Using the listing below, set down exactly the lines starting at the line that contains "e1 v1 v2 CIRCLE(AX(P(17.5,6,-17.5),D(0,1,0),D(0,0,1)),3)" and ending at the line that contains "v22 (-15.5,6,-14)", both included, and no others.

BEGIN Provided entries

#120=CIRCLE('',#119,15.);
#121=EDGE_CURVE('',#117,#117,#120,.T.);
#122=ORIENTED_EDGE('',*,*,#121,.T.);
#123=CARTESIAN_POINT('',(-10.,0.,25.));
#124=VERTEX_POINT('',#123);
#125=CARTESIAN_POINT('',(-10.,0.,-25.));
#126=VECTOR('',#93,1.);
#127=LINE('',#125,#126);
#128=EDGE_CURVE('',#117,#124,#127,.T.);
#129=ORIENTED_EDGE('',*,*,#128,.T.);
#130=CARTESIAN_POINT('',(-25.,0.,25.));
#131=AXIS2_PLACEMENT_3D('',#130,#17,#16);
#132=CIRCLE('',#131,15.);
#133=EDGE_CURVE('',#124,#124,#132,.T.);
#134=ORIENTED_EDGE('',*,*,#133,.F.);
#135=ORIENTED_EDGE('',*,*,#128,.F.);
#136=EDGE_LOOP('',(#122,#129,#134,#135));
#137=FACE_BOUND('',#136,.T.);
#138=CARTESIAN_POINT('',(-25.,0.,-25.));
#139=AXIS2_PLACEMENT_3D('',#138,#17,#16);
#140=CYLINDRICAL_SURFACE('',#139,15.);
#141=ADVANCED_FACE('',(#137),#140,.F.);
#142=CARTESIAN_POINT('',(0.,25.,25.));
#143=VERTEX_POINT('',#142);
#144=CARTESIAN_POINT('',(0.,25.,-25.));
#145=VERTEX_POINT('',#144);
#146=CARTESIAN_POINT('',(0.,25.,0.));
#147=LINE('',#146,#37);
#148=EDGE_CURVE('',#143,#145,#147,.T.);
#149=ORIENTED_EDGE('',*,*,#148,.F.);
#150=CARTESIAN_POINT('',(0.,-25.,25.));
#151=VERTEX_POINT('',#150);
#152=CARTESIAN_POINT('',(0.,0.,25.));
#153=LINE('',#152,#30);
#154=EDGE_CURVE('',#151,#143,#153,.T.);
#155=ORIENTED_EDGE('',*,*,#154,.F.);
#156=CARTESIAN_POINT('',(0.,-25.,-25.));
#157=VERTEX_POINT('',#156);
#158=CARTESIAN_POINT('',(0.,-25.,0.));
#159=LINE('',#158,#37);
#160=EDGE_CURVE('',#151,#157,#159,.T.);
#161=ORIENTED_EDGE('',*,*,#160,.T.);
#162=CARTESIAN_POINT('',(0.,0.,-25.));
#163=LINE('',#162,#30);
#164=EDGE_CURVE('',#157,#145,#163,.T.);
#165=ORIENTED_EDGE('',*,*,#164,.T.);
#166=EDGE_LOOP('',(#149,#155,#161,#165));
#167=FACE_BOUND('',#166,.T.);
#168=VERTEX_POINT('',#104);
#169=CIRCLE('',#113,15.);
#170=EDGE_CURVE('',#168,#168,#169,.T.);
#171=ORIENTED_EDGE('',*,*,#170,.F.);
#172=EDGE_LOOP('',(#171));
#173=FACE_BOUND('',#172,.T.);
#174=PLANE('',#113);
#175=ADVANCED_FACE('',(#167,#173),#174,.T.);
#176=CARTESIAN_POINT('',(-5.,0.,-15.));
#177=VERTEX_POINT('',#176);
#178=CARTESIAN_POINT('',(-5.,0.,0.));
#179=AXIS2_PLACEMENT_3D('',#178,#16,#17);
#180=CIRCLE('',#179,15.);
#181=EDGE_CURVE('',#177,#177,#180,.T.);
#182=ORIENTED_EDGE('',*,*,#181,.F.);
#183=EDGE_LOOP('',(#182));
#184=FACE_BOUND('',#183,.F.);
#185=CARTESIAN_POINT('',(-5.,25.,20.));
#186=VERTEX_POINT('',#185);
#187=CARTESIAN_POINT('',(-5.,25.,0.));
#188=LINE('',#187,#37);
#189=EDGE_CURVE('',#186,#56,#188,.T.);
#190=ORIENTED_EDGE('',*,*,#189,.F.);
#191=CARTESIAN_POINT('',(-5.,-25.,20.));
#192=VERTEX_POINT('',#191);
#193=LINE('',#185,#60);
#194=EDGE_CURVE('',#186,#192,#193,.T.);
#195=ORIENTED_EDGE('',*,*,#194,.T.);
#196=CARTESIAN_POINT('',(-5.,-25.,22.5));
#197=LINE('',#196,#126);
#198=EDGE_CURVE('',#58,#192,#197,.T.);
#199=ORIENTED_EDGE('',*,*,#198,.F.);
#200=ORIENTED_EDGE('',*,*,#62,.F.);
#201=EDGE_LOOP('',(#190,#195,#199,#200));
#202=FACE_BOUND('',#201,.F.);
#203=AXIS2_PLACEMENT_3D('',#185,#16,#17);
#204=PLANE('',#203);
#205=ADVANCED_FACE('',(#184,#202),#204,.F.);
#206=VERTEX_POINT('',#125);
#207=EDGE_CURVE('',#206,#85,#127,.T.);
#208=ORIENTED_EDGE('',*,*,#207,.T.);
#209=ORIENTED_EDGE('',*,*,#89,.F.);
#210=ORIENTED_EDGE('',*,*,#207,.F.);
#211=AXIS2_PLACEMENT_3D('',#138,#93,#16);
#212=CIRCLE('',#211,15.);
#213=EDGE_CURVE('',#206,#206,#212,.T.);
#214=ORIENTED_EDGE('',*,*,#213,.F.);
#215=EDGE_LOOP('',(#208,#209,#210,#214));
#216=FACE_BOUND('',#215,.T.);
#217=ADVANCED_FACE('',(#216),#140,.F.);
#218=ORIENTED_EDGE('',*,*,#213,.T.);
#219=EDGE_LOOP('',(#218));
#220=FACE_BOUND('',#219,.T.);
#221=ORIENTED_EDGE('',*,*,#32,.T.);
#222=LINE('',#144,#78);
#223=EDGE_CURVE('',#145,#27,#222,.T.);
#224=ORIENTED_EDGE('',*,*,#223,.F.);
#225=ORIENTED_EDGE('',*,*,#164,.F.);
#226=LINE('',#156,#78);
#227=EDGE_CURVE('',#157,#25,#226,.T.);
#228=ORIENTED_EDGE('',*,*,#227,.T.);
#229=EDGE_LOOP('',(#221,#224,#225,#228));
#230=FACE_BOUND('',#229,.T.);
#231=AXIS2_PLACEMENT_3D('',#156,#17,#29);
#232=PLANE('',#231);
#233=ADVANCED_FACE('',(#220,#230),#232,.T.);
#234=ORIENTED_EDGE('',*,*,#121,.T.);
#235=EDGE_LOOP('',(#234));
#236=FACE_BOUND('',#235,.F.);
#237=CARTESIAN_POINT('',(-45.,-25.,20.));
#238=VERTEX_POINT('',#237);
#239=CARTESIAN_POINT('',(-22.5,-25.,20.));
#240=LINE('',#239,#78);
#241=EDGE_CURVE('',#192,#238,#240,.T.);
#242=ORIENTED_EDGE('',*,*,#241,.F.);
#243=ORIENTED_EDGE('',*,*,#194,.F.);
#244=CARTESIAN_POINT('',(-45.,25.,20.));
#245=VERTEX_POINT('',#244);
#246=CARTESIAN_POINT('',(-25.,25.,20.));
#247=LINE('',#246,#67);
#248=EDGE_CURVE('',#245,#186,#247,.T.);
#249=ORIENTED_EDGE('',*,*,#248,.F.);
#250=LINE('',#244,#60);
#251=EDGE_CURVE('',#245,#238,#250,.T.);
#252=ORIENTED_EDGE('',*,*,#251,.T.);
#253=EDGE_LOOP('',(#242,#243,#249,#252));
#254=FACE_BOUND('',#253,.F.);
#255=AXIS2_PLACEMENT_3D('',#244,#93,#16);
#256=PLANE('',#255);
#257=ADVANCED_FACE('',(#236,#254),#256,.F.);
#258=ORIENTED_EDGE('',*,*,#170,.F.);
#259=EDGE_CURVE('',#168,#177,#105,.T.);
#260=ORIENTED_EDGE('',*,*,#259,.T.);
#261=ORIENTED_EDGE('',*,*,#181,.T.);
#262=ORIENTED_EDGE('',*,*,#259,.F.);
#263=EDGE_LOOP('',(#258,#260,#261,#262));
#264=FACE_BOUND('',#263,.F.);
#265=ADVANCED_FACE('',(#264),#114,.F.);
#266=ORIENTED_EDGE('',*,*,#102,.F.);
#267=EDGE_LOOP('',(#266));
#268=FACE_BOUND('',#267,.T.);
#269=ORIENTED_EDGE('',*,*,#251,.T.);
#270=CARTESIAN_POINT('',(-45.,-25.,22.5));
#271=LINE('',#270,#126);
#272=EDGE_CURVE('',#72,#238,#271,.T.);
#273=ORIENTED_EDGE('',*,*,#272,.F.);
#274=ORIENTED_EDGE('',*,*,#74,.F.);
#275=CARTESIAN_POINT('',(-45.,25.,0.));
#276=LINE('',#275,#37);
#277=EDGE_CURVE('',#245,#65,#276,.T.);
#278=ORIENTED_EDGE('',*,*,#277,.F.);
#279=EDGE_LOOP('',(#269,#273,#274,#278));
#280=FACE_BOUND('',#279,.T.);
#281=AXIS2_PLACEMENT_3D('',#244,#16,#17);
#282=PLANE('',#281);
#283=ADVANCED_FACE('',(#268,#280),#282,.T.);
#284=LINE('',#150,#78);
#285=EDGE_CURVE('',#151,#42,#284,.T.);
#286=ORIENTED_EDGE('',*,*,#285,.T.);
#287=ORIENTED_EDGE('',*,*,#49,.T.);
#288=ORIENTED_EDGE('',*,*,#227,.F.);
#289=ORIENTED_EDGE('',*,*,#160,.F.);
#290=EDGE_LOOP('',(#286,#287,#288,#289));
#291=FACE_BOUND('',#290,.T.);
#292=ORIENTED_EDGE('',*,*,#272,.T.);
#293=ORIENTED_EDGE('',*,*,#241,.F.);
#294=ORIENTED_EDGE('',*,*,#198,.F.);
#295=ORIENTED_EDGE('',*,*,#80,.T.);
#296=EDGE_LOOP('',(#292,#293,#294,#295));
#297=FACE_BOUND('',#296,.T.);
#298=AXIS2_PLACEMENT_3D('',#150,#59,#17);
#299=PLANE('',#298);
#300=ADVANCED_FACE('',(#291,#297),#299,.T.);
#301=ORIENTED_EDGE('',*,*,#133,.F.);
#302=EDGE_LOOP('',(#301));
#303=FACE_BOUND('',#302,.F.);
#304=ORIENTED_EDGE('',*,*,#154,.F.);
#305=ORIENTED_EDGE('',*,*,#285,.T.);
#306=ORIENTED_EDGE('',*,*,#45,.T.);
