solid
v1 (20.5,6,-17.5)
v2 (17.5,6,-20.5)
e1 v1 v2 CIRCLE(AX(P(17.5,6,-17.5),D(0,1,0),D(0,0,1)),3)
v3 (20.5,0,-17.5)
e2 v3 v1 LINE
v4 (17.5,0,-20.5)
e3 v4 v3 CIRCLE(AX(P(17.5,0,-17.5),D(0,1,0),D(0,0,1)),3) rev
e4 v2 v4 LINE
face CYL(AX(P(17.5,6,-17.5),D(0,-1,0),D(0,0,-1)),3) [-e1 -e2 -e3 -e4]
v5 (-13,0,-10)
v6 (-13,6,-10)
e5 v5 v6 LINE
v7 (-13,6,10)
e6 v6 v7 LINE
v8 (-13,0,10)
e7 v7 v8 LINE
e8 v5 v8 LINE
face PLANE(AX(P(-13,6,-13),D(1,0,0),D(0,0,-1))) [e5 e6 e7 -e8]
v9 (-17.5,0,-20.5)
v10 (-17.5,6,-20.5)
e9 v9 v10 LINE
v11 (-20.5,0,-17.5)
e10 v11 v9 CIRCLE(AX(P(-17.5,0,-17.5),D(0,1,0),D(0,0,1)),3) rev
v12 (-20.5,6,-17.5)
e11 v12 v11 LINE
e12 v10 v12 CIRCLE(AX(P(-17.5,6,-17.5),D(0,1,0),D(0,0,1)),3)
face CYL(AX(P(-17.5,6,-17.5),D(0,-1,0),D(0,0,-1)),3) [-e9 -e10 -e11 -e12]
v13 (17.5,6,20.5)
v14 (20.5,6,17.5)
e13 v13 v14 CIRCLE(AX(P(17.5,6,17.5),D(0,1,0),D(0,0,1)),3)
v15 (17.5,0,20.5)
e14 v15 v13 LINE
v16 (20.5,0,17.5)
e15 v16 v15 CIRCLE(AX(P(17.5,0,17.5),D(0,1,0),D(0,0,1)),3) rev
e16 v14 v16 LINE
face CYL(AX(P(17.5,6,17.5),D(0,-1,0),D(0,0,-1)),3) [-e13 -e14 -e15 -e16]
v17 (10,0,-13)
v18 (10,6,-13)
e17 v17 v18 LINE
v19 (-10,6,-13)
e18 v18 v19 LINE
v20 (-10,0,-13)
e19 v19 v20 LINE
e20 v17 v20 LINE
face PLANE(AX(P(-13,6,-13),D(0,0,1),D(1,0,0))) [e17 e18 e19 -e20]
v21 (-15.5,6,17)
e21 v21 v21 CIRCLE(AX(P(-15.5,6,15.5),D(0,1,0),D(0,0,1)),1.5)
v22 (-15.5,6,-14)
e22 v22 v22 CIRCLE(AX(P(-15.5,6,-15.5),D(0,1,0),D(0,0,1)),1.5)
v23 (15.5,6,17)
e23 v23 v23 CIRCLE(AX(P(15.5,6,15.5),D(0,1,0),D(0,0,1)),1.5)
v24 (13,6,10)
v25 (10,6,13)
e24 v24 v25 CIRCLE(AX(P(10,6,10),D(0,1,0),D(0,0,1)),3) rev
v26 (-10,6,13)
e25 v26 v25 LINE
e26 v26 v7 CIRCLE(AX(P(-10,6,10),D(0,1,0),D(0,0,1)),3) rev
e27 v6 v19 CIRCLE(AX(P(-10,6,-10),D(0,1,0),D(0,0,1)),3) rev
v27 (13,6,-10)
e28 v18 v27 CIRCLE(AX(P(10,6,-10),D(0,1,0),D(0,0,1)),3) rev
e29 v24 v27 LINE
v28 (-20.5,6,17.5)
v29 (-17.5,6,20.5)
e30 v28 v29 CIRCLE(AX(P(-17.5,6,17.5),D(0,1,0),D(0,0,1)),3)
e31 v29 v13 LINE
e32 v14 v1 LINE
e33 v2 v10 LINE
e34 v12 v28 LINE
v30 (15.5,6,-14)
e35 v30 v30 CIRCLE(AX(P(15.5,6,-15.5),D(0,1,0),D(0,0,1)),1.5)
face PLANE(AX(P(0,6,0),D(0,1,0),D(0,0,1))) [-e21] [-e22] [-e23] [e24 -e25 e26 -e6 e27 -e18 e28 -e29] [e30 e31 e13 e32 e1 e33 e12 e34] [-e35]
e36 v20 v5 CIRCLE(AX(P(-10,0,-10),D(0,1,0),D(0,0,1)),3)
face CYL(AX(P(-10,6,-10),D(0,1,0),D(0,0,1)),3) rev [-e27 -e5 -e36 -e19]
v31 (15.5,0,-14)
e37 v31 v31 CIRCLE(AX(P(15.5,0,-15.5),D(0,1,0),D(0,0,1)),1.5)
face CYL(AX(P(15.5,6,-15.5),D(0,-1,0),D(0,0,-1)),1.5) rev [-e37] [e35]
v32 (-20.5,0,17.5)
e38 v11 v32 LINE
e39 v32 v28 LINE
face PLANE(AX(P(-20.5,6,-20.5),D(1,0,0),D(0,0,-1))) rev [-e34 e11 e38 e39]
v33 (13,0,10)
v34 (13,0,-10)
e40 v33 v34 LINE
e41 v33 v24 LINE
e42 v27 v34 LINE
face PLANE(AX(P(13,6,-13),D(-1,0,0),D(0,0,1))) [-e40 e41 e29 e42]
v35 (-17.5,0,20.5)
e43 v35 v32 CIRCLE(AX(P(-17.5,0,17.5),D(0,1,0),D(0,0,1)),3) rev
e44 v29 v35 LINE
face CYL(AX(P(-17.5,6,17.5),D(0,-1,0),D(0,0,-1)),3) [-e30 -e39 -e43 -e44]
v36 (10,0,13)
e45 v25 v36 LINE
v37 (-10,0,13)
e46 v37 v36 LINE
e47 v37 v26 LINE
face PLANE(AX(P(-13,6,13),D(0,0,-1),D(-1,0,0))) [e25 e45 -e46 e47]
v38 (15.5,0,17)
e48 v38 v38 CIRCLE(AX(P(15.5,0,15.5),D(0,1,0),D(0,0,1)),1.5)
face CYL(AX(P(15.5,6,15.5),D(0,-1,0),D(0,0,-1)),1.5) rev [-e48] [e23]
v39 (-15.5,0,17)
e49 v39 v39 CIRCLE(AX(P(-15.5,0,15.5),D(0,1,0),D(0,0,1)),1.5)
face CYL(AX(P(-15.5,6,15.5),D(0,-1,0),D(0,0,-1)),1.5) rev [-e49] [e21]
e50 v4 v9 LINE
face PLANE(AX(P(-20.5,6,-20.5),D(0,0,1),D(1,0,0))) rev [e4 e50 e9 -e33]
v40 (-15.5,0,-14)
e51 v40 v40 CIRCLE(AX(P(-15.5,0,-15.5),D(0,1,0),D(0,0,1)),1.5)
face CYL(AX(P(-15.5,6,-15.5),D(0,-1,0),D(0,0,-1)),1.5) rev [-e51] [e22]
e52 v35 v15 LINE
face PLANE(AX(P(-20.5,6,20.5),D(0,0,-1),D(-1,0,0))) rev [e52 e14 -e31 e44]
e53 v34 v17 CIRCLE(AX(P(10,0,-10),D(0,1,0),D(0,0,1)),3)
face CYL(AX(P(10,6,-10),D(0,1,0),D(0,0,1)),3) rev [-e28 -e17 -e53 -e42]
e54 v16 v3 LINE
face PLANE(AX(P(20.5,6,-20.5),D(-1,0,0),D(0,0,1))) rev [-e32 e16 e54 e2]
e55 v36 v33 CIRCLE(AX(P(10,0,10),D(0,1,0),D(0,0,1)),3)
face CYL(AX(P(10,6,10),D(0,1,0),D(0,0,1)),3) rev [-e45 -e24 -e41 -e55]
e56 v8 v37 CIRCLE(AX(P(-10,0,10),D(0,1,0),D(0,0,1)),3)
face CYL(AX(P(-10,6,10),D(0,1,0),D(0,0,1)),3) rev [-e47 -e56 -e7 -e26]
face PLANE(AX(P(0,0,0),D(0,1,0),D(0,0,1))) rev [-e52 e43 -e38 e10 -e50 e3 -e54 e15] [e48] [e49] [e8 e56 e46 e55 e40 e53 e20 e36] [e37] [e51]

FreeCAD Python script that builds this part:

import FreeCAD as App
import Part
import Sketcher

V = App.Vector


def edges_at(feature, points):
    """Names of the edges that pass closest to the given points."""
    edges = feature.Shape.Edges
    near = lambda p: min(range(len(edges)), key=lambda i: edges[i].distToShape(Part.Vertex(*p))[0])
    return sorted({f"Edge{near(p) + 1}" for p in points})

doc = App.newDocument("Part")
body = doc.addObject("PartDesign::Body", "Body")

sketch1 = doc.addObject("Sketcher::SketchObject", "Sketch")
body.addObject(sketch1)
sketch1.AttachmentSupport = (doc.XZ_Plane, [""])
sketch1.MapMode = "FlatFace"
sketch1.addGeometry([
    Part.LineSegment(V(-20.5, -20.5, 0), V(-20.5, 20.5, 0)),
    Part.LineSegment(V(-20.5, 20.5, 0), V(20.5, 20.5, 0)),
    Part.LineSegment(V(20.5, 20.5, 0), V(20.5, -20.5, 0)),
    Part.LineSegment(V(20.5, -20.5, 0), V(-20.5, -20.5, 0)),
], False)
sketch1.addConstraint([
    Sketcher.Constraint("Coincident", 0, 2, 1, 1),
    Sketcher.Constraint("Coincident", 1, 2, 2, 1),
    Sketcher.Constraint("Coincident", 2, 2, 3, 1),
    Sketcher.Constraint("Coincident", 3, 2, 0, 1),
    Sketcher.Constraint("Vertical", 0),
    Sketcher.Constraint("Horizontal", 1),
    Sketcher.Constraint("Vertical", 2),
    Sketcher.Constraint("Horizontal", 3),
    Sketcher.Constraint("Symmetric", 0, 2, 2, 2, -1, 1),
    Sketcher.Constraint("Equal", 3, 0),
    Sketcher.Constraint("DistanceX", 1, 1, 1, 2, 41.0),
])
pad1 = doc.addObject("PartDesign::Pad", "Pad")
body.addObject(pad1)
pad1.Profile = sketch1
pad1.Length = 6
pad1.Reversed = True

sketch2 = doc.addObject("Sketcher::SketchObject", "Sketch001")
body.addObject(sketch2)
sketch2.AttachmentSupport = (doc.XZ_Plane, [""])
sketch2.MapMode = "FlatFace"
sketch2.addGeometry([
    Part.Circle(V(-15.5, -15.5, 0), V(0, 0, 1), 1.5),
    Part.Circle(V(15.5, -15.5, 0), V(0, 0, 1), 1.5),
    Part.Circle(V(-15.5, 15.5, 0), V(0, 0, 1), 1.5),
    Part.Circle(V(15.5, 15.5, 0), V(0, 0, 1), 1.5),
], False)
sketch2.addConstraint([
    Sketcher.Constraint("Equal", 0, 1),
    Sketcher.Constraint("Equal", 1, 2),
    Sketcher.Constraint("Equal", 2, 3),
    Sketcher.Constraint("Symmetric", 1, 3, 2, 3, -1, 1),
    Sketcher.Constraint("Symmetric", 0, 3, 3, 3, -1, 1),
    Sketcher.Constraint("Symmetric", 0, 3, 1, 3, -2),
    Sketcher.Constraint("Diameter", 0, 3.0),
    Sketcher.Constraint("DistanceX", 0, 3, 1, 3, 31.0),
    Sketcher.Constraint("DistanceY", 0, 3, 2, 3, 31.0),
])
pocket1 = doc.addObject("PartDesign::Pocket", "Pocket")
body.addObject(pocket1)
pocket1.Profile = sketch2
pocket1.Length = 6

sketch3 = doc.addObject("Sketcher::SketchObject", "Sketch002")
body.addObject(sketch3)
sketch3.AttachmentSupport = (doc.XZ_Plane, [""])
sketch3.MapMode = "FlatFace"
sketch3.addGeometry([
    Part.LineSegment(V(-13, -13, 0), V(-13, 13, 0)),
    Part.LineSegment(V(-13, 13, 0), V(13, 13, 0)),
    Part.LineSegment(V(13, 13, 0), V(13, -13, 0)),
    Part.LineSegment(V(13, -13, 0), V(-13, -13, 0)),
], False)
sketch3.addConstraint([
    Sketcher.Constraint("Coincident", 0, 2, 1, 1),
    Sketcher.Constraint("Coincident", 1, 2, 2, 1),
    Sketcher.Constraint("Coincident", 2, 2, 3, 1),
    Sketcher.Constraint("Coincident", 3, 2, 0, 1),
    Sketcher.Constraint("Vertical", 0),
    Sketcher.Constraint("Horizontal", 1),
    Sketcher.Constraint("Vertical", 2),
    Sketcher.Constraint("Horizontal", 3),
    Sketcher.Constraint("Symmetric", 0, 2, 2, 2, -1, 1),
    Sketcher.Constraint("Equal", 3, 0),
    Sketcher.Constraint("DistanceX", 1, 1, 1, 2, 26.0),
])
pocket2 = doc.addObject("PartDesign::Pocket", "Pocket001")
body.addObject(pocket2)
pocket2.Profile = sketch3
pocket2.Length = 6
doc.recompute()

fillet = doc.addObject("PartDesign::Fillet", "Fillet")
body.addObject(fillet)
fillet.Base = (pocket2, edges_at(pocket2, [
    (13, 3, 13),
    (13, 3, -13),
    (-13, 3, -13),
    (-13, 3, 13),
    (20.5, 3, 20.5),
    (-20.5, 3, 20.5),
    (-20.5, 3, -20.5),
    (20.5, 3, -20.5),
]))
fillet.Radius = 3

doc.recompute()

END Provided entries

• **Answer box**
e1 v1 v2 CIRCLE(AX(P(17.5,6,-17.5),D(0,1,0),D(0,0,1)),3)
v3 (20.5,0,-17.5)
e2 v3 v1 LINE
v4 (17.5,0,-20.5)
e3 v4 v3 CIRCLE(AX(P(17.5,0,-17.5),D(0,1,0),D(0,0,1)),3) rev
e4 v2 v4 LINE
face CYL(AX(P(17.5,6,-17.5),D(0,-1,0),D(0,0,-1)),3) [-e1 -e2 -e3 -e4]
v5 (-13,0,-10)
v6 (-13,6,-10)
e5 v5 v6 LINE
v7 (-13,6,10)
e6 v6 v7 LINE
v8 (-13,0,10)
e7 v7 v8 LINE
e8 v5 v8 LINE
face PLANE(AX(P(-13,6,-13),D(1,0,0),D(0,0,-1))) [e5 e6 e7 -e8]
v9 (-17.5,0,-20.5)
v10 (-17.5,6,-20.5)
e9 v9 v10 LINE
v11 (-20.5,0,-17.5)
e10 v11 v9 CIRCLE(AX(P(-17.5,0,-17.5),D(0,1,0),D(0,0,1)),3) rev
v12 (-20.5,6,-17.5)
e11 v12 v11 LINE
e12 v10 v12 CIRCLE(AX(P(-17.5,6,-17.5),D(0,1,0),D(0,0,1)),3)
face CYL(AX(P(-17.5,6,-17.5),D(0,-1,0),D(0,0,-1)),3) [-e9 -e10 -e11 -e12]
v13 (17.5,6,20.5)
v14 (20.5,6,17.5)
e13 v13 v14 CIRCLE(AX(P(17.5,6,17.5),D(0,1,0),D(0,0,1)),3)
v15 (17.5,0,20.5)
e14 v15 v13 LINE
v16 (20.5,0,17.5)
e15 v16 v15 CIRCLE(AX(P(17.5,0,17.5),D(0,1,0),D(0,0,1)),3) rev
e16 v14 v16 LINE
face CYL(AX(P(17.5,6,17.5),D(0,-1,0),D(0,0,-1)),3) [-e13 -e14 -e15 -e16]
v17 (10,0,-13)
v18 (10,6,-13)
e17 v17 v18 LINE
v19 (-10,6,-13)
e18 v18 v19 LINE
v20 (-10,0,-13)
e19 v19 v20 LINE
e20 v17 v20 LINE
face PLANE(AX(P(-13,6,-13),D(0,0,1),D(1,0,0))) [e17 e18 e19 -e20]
v21 (-15.5,6,17)
e21 v21 v21 CIRCLE(AX(P(-15.5,6,15.5),D(0,1,0),D(0,0,1)),1.5)
v22 (-15.5,6,-14)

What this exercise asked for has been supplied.